Уже под утро Янке опять приснился чудный сон: неслышными мягкими лапками к кровати подошел Гаврюха, запрыгнул на одеяло и лизнул шершавым наждачным языком прямо в лицо. А дальше начались чудеса в решете: Гаврюха принялся на глазах расти, раздуваться на манер воздушного шара, пока не превратился в невиданного огромно-полосатого зверя с большими ушами. Она крепко обхватила его за шею и котяра бесшумно вылетел в окно под теплые осенние звезды, и закружил над Городом, расставив мощные лапы, как шасси. А у нее за плечами раскрылись два шелестящих и прозрачных, точно папиросная бумага, стрекозиных крыла... Наверно, это Сережины байки про Эльфа так подействовали, никакого другого более-менее логичного объяснения Яна так и не придумала.


Одеваться по погоде она никогда не умела, это факт! Сегодня приключилась та же история: часа два крутилась перед зеркалом, тщательно подбирая нужный прикид, но потом как-то сразу скисла, выдохлась, как проколотый шарик, и стало всё равно. Мелькнула даже малодушная мысль никуда не пойти, но вовремя вспомнила, что не знает Сережкиных координат...
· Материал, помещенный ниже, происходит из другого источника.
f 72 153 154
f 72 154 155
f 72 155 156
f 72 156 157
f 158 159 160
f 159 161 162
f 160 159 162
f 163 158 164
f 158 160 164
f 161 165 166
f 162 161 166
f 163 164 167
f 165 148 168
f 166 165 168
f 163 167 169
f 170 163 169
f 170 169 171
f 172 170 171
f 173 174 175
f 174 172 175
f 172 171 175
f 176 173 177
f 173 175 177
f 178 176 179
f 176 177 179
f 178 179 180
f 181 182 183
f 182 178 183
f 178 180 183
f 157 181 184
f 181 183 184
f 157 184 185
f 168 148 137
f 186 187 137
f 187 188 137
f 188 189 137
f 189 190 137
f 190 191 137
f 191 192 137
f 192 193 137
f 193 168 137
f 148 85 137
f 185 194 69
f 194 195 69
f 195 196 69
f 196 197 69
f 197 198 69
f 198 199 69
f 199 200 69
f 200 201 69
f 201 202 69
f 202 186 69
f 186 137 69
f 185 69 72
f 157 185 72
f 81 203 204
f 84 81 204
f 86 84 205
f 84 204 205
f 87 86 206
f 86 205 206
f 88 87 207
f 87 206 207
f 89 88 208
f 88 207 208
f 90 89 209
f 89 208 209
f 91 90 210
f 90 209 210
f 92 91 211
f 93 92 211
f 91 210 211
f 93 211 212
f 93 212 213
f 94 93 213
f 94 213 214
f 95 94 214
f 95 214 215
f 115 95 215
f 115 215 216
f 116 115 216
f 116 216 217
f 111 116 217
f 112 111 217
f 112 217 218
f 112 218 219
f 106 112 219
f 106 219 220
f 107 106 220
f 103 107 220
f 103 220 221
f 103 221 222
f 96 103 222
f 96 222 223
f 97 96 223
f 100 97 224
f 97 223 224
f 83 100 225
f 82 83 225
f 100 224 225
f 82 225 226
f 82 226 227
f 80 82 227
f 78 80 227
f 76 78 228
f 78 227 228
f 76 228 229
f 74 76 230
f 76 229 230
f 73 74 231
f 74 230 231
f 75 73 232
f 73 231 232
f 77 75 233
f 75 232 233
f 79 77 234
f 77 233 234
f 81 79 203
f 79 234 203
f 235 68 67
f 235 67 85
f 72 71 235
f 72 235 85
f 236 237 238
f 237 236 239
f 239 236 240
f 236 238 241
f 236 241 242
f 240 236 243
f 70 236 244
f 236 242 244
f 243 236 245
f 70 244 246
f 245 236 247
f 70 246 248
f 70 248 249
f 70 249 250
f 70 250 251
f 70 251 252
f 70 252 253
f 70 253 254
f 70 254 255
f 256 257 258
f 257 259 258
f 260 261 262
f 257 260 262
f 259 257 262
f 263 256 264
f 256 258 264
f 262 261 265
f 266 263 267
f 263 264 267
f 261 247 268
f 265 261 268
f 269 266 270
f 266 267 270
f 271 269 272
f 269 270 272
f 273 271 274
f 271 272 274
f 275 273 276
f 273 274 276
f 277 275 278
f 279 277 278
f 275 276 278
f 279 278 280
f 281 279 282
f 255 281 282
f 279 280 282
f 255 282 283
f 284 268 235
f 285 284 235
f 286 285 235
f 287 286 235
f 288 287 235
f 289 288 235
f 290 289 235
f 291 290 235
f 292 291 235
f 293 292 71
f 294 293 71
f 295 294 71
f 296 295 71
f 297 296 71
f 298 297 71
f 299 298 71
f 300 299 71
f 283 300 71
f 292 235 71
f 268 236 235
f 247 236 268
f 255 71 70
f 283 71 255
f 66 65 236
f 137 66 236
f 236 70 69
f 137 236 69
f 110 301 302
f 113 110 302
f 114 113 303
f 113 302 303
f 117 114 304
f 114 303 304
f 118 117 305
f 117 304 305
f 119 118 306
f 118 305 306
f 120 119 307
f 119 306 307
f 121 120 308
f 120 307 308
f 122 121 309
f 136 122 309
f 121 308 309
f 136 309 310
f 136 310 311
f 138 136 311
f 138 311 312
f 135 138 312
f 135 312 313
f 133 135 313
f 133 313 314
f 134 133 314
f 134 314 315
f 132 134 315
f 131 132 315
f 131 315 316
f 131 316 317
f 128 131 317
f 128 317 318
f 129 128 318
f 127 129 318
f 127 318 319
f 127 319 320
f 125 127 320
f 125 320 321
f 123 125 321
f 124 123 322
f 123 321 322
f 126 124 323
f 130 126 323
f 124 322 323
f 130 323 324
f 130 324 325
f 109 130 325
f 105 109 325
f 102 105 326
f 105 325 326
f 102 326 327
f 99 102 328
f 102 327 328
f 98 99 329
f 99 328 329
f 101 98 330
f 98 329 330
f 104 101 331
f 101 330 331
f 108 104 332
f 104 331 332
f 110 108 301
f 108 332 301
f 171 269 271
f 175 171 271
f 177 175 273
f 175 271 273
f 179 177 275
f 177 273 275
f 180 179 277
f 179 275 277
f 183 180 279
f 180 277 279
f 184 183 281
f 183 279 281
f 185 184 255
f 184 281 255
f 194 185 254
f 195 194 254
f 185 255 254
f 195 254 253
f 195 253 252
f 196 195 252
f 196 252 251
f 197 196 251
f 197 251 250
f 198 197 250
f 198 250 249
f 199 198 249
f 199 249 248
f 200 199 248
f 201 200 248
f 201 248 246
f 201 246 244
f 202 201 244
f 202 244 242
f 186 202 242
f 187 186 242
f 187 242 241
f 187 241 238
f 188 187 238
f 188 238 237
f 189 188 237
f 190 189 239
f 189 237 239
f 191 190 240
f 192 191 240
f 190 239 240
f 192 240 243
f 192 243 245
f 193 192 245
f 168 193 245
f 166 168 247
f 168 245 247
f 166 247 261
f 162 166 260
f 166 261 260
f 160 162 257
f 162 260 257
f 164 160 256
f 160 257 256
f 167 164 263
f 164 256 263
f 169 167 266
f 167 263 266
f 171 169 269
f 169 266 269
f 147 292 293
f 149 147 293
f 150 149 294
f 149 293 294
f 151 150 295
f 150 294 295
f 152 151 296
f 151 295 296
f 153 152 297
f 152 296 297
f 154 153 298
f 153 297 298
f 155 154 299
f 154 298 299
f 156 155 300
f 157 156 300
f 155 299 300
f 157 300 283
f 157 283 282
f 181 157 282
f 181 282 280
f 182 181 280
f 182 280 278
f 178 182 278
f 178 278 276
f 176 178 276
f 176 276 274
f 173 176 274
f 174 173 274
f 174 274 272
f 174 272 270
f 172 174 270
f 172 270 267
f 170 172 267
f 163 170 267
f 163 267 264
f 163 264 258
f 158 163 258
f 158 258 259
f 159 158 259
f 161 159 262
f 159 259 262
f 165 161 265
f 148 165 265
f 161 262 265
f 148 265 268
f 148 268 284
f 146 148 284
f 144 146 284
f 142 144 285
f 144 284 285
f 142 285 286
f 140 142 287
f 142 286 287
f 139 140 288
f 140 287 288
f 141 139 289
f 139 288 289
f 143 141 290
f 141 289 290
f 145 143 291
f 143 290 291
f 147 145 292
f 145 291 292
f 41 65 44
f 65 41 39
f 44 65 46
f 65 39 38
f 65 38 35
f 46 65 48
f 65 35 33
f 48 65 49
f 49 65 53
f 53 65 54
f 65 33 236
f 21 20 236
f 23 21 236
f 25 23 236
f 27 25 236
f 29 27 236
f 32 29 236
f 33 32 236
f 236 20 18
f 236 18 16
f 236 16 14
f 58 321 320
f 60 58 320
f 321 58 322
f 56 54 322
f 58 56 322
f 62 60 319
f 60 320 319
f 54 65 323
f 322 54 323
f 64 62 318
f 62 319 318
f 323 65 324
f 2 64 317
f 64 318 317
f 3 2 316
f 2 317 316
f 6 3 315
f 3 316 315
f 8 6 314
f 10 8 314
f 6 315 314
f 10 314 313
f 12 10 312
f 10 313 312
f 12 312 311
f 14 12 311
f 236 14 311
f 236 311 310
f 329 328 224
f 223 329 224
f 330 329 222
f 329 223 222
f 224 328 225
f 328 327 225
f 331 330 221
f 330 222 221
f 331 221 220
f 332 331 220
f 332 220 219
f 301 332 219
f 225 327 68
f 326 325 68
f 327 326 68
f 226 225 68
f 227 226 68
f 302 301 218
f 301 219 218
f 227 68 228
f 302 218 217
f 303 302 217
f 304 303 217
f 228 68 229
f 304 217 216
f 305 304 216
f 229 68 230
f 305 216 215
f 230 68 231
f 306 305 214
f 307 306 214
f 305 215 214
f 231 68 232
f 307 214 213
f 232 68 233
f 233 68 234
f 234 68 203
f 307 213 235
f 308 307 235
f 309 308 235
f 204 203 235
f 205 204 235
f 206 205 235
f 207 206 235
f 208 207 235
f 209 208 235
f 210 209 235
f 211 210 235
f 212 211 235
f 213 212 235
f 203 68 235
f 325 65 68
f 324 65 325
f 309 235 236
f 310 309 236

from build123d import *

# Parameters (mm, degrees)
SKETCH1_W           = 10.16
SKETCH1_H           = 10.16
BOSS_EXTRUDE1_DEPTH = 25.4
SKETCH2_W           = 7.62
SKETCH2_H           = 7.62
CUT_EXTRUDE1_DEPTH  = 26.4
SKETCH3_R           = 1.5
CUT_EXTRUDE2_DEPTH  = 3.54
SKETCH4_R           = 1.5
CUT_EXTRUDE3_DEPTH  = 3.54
Единственный плюс, в это воскресенье никто из домашних не приставал с поражающими своей глубиной советами и комментариями - родители еще с утра удачно разбежались кто куда. Мама - наверняка к одной из своих бесчисленных подруг-морячек, которых Яна и по имени запомнить не может, а папа... Отец перед ней в последнее время не отчитывается - развел тут, понимаешь, тайны версальского двора! Лишь перед уходом заглянул в комнату как будто бы "по делу", любопытный нос. (Выражение лица при этом, надо заметить, стало весьма ироничное. Неужели услышал, как она вчера договаривалась с Сергеем?..)

Как всегда в минуты спешки, Гаврюха в сильном возбуждении путался под ногами.